De los que he visto para "no profesionales" y planteandoselo a largo plazo es el que más me ha convencido.

No tiene CFDs ni es adecuado para intradía pero para comprar acciones y rentabilizarlas por dividendos y a largo plazo es el que yo voy a utilizar.

No obstante, si vas a comprar acciones de bancos, yo te sugeriría pasarte antes por una oficina de dichos bancos y preguntarles cuanto te llevarían por usar su broker para comprar sus acciones. Lo digo porque parece que santander si usas su broker para sus acciones también te da mejores condiciones (claro que te limitas a comprar santanderes)... NOTA: es un comentario de un amigo, desconozco las condiciones/limitaciones detalladas, pero por preguntar no pierdes nada, y si algún conforero puede ampliar información, será de agradecer.


----------



## arrobando (20 Jul 2011)

Gracias Burbujilismo , pero ¿ me obligarian a abrir cuenta con ellos ? si es asi , paso .


----------



## jjsuamar (20 Jul 2011)

Si domicilias nómina te cobrarán: 0€ + 0,2% por operación. Llama por teléfono al broker de ing.


----------



## Burbujilimo (20 Jul 2011)

arrobando dijo:


> Gracias Burbujilismo , pero ¿ me obligarian a abrir cuenta con ellos ? si es asi , paso .

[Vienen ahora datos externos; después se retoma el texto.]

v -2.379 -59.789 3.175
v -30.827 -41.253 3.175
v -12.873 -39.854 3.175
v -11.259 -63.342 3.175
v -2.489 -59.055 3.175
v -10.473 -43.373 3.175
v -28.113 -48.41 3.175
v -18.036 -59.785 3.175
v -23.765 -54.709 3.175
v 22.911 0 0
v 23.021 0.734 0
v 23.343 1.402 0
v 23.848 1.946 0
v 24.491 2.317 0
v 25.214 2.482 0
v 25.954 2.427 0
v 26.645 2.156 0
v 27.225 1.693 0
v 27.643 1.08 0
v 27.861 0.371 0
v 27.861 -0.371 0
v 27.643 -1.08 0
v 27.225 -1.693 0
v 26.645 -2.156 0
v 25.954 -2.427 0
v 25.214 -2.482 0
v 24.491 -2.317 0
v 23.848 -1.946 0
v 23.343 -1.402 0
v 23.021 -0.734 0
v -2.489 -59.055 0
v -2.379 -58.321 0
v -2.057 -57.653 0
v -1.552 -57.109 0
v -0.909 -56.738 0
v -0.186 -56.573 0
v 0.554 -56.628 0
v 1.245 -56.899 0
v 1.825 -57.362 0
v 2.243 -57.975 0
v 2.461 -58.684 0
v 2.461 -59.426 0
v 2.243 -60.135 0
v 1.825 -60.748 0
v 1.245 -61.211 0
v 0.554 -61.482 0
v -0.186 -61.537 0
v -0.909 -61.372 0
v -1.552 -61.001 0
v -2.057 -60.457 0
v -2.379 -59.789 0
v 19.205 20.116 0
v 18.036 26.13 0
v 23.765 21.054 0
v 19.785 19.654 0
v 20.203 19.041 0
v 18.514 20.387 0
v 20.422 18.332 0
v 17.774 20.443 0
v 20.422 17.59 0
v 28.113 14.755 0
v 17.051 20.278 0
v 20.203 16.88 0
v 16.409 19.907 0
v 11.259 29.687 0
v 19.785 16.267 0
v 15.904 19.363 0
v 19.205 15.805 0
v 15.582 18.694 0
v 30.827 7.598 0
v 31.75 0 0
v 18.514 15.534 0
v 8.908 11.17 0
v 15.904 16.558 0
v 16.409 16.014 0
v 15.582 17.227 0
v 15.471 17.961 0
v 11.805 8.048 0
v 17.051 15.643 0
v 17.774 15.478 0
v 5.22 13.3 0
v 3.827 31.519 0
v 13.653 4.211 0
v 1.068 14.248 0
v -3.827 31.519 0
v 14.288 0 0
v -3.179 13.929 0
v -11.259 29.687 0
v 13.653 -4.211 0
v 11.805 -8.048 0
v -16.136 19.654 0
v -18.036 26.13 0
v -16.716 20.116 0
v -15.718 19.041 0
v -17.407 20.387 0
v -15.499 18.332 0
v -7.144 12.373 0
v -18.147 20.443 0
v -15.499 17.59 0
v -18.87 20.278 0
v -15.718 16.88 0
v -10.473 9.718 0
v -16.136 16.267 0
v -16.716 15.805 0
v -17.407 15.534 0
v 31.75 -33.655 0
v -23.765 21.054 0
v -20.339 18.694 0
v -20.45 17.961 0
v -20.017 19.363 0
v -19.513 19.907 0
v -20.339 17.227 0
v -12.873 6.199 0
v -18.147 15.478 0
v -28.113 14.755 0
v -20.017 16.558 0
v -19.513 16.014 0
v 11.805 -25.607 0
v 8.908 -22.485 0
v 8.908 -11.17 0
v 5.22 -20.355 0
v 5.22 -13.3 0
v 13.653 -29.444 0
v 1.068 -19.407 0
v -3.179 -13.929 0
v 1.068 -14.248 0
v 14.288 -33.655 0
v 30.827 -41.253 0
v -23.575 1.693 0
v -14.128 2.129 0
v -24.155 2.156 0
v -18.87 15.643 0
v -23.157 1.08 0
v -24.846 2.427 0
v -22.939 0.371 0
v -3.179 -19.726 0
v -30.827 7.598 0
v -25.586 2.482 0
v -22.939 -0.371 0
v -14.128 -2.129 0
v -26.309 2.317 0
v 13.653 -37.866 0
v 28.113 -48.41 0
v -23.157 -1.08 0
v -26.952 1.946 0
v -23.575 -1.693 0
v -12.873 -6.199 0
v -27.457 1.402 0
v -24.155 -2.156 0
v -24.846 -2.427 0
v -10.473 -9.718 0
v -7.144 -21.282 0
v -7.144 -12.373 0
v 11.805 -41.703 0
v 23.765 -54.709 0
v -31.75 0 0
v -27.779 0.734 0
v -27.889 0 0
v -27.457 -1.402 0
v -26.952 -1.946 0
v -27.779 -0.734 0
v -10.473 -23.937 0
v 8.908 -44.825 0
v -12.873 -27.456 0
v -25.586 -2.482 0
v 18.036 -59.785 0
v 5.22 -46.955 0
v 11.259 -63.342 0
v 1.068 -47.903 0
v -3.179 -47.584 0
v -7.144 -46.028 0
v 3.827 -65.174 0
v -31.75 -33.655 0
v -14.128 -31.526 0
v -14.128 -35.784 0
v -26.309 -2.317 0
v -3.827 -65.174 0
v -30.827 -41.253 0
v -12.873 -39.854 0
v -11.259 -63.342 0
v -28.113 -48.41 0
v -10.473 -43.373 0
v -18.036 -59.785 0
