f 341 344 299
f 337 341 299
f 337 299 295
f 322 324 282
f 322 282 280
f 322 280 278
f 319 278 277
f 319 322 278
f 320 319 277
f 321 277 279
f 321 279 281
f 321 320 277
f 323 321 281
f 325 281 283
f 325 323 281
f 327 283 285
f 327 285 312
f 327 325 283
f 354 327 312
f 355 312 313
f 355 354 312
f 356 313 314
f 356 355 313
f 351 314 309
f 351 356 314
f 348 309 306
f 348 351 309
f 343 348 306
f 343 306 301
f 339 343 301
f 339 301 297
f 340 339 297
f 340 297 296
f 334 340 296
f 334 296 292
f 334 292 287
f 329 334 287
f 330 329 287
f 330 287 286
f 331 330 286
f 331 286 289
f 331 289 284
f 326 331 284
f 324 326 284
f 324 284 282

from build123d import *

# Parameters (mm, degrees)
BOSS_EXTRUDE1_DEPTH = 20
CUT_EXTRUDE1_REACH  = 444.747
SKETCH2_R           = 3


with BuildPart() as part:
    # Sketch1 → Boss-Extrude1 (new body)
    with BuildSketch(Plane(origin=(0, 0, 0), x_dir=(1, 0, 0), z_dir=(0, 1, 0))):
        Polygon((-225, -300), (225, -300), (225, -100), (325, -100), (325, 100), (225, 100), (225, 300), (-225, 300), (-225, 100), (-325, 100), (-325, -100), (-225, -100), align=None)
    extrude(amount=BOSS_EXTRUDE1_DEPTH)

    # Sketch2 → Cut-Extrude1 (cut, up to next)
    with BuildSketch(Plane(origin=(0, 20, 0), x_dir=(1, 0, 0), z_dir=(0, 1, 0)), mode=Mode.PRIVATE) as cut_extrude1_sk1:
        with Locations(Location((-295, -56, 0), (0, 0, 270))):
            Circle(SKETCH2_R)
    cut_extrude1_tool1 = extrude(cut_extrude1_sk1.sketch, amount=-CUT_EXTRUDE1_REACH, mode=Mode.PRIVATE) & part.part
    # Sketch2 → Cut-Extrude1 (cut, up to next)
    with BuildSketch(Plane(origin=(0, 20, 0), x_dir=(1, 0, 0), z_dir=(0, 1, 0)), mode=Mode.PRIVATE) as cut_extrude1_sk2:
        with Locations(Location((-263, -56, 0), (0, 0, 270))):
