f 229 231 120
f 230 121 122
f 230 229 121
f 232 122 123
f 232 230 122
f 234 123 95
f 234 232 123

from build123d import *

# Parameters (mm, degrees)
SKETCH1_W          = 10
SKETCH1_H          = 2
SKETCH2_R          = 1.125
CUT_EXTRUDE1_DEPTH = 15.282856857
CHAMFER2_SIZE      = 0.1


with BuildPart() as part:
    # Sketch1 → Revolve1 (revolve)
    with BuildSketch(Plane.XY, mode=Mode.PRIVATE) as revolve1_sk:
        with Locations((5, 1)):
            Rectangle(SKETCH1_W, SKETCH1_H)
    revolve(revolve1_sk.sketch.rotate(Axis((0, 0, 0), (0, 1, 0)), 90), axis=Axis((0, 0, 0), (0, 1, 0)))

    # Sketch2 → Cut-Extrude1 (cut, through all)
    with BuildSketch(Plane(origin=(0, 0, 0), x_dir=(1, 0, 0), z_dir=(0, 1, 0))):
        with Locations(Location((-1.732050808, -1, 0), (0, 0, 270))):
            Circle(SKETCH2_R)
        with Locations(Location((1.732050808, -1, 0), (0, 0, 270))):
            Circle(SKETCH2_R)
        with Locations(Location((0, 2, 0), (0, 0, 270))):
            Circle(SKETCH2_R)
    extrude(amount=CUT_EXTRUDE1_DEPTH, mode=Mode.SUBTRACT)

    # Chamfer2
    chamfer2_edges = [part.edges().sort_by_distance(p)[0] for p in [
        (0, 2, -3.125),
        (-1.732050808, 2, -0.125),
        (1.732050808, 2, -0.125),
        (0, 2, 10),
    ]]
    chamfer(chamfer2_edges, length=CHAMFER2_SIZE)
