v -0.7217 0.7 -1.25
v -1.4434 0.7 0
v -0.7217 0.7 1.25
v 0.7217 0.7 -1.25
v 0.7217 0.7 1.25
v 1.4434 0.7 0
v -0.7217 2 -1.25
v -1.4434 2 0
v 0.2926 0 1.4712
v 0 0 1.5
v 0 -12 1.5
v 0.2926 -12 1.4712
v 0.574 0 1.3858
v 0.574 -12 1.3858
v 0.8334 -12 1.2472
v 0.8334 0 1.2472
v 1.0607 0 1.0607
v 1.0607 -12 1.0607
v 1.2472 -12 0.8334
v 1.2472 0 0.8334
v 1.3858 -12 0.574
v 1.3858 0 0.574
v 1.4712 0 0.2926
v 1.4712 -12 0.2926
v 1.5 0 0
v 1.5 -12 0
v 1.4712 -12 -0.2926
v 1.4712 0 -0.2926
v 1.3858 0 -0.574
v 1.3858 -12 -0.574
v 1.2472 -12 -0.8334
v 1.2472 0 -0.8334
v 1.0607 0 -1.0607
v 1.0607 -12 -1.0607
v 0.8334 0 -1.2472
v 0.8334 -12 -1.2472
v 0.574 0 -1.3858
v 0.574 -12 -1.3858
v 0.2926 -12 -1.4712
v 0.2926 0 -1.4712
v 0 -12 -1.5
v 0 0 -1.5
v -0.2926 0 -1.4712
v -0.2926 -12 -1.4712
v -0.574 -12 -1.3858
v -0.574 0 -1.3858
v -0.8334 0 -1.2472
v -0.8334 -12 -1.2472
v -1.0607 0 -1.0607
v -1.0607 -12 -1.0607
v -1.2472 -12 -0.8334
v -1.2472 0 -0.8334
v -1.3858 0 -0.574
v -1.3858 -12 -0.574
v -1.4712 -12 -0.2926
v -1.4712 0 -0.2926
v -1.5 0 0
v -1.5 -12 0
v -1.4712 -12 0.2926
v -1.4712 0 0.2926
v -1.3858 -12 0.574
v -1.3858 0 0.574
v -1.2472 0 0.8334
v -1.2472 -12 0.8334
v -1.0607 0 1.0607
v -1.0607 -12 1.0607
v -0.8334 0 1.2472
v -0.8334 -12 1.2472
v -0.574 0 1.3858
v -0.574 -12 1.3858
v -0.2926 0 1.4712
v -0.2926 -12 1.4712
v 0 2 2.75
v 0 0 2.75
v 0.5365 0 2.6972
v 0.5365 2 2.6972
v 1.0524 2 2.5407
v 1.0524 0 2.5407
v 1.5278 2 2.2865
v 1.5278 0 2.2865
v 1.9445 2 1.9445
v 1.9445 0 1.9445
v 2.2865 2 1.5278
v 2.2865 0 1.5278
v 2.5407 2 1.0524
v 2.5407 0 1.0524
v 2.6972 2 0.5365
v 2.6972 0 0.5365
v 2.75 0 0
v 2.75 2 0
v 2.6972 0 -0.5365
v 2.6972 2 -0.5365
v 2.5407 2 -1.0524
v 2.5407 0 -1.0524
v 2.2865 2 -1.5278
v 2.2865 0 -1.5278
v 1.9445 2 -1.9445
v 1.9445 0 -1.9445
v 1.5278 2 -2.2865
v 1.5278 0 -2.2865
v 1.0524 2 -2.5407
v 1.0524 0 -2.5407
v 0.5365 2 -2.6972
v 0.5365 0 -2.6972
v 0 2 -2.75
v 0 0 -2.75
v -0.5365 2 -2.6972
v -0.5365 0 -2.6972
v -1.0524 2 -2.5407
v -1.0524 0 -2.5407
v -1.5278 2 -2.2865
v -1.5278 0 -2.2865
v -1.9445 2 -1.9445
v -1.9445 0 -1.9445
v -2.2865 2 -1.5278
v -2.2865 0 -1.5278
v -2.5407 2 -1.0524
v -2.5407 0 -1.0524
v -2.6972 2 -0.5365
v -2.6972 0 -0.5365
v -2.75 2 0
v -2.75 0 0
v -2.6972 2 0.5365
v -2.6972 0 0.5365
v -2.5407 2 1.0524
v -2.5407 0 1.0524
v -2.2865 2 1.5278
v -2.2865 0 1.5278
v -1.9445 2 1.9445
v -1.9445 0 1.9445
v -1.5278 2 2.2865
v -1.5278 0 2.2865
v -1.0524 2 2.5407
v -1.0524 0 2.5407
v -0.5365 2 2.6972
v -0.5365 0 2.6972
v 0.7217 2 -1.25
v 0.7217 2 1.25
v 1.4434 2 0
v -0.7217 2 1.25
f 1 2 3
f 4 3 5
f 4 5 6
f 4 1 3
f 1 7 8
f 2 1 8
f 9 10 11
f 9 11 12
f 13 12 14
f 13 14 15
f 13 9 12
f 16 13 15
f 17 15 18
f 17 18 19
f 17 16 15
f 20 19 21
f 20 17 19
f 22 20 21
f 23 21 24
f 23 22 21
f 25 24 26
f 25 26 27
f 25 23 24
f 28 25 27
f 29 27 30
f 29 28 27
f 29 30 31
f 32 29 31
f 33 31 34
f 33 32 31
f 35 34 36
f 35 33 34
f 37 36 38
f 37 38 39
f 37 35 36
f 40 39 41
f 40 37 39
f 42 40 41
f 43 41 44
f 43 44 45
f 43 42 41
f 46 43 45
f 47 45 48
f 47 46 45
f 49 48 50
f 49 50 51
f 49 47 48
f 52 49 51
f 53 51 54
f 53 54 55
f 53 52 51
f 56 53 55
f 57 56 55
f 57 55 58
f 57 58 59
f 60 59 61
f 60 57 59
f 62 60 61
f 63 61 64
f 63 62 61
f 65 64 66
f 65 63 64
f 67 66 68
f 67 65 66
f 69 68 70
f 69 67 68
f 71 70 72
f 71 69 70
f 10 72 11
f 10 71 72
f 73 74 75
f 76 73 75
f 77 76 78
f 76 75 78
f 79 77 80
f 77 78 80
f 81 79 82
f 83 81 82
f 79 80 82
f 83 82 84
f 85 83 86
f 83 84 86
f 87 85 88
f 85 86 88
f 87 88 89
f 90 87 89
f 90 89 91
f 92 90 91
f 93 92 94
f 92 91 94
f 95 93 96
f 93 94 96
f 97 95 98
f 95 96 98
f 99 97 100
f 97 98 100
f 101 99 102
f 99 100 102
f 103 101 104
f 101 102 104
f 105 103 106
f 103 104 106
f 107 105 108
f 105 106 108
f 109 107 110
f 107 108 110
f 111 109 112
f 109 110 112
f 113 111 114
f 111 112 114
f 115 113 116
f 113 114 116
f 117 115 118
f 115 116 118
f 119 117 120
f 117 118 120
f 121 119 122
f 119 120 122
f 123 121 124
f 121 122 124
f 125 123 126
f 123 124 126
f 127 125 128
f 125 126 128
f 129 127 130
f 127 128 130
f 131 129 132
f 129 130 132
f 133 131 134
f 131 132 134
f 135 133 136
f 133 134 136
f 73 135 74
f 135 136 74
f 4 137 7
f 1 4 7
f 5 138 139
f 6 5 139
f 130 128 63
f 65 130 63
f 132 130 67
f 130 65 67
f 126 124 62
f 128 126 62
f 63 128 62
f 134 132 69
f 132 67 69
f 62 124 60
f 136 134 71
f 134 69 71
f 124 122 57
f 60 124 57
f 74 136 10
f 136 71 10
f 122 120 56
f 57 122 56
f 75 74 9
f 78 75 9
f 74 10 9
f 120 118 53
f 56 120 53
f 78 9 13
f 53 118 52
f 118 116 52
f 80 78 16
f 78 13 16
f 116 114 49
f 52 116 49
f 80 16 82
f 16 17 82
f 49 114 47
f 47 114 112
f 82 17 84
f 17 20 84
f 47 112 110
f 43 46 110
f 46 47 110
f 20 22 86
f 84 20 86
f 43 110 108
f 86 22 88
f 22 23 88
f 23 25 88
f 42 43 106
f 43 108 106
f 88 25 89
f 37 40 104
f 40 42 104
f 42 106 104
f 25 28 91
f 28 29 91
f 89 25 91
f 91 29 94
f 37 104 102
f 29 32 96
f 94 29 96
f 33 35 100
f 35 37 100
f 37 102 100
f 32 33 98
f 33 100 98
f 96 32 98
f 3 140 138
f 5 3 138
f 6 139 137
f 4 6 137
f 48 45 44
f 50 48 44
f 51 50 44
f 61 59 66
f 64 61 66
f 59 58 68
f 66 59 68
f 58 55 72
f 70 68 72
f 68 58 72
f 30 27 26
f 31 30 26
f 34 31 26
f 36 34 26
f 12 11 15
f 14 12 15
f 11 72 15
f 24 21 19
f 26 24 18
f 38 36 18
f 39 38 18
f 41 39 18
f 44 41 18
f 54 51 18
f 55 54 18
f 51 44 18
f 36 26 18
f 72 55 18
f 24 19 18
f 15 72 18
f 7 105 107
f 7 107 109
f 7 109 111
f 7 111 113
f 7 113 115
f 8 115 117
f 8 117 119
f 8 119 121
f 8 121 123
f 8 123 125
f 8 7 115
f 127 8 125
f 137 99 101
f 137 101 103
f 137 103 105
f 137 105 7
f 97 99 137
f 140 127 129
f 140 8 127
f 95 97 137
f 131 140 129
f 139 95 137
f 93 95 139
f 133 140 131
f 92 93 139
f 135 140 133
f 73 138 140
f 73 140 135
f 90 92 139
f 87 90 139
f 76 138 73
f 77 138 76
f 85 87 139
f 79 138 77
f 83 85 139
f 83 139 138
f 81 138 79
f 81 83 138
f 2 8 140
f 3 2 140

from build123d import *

# Parameters (mm, degrees)
SKETCH_1_R          = 2.75
EXTRUDE_397_DEPTH   = 2
SKETCH_1_3_R        = 1.5
EXTRUDE_432_DEPTH   = 12
CUT_EXTRUDE_1_DEPTH = 1.3


with BuildPart() as part:
    # 草图1 → Extrude 397 (new body)
    with BuildSketch(Plane(origin=(0, 0, 0), x_dir=(1, 0, 0), z_dir=(0, 1, 0))):
        Circle(SKETCH_1_R)
    extrude(amount=EXTRUDE_397_DEPTH)

    # 草图1<3> → Extrude 432 (add)
    with BuildSketch(Plane(origin=(0, 0, 0), x_dir=(1, 0, 0), z_dir=(0, 1, 0))):
        Circle(SKETCH_1_3_R)
    extrude(amount=-EXTRUDE_432_DEPTH)

    # 草图2 → 切除-拉伸1 (cut)
    with BuildSketch(Plane(origin=(0, 2, 0), x_dir=(1, 0, 0), z_dir=(0, 1, 0))):
        Polygon((1.443375673, 0), (0.721687836, 1.25), (-0.721687836, 1.25), (-1.443375673, 0), (-0.721687836, -1.25), (0.721687836, -1.25), align=None)
    extrude(amount=-CUT_EXTRUDE_1_DEPTH, mode=Mode.SUBTRACT)


solid = part.part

Ni idea, ya te digo que es un rumor que me ha llegado, no puedo detallarte más.


----------



## ferengi (20 Jul 2011)

si tienes 1000 acciones de santander, santander no te cobra por sus acciones y si quieres comprar mas tampoco, lo mismo creo que pasa en bbva.


----------



## arrobando (20 Jul 2011)

Tenia pensado ademas sacar la nomina de los de la banca civiva , que me tienen enfadada enfadada y pillar algun regalito de esos que ofrecen los bancos por ser sus amigos pero llevarmela a ing tampoco estaria mal , eso si sin permanenecias, voy a darles un toque
Gracias jjsuamar


----------



## arrobando (20 Jul 2011)

Tambien hablare con los del BBVA y del Santarder , lo unico, que me frena es que tarden tiempo en dar la orden de venta y de compra o ¿ puedo hacer yo las operaciones desde mi casa? . Espero comprar cuando bajen y eso supongo que es mas facil hacerlo desde casa que localizando a los del banco para dar la orden ¿ no?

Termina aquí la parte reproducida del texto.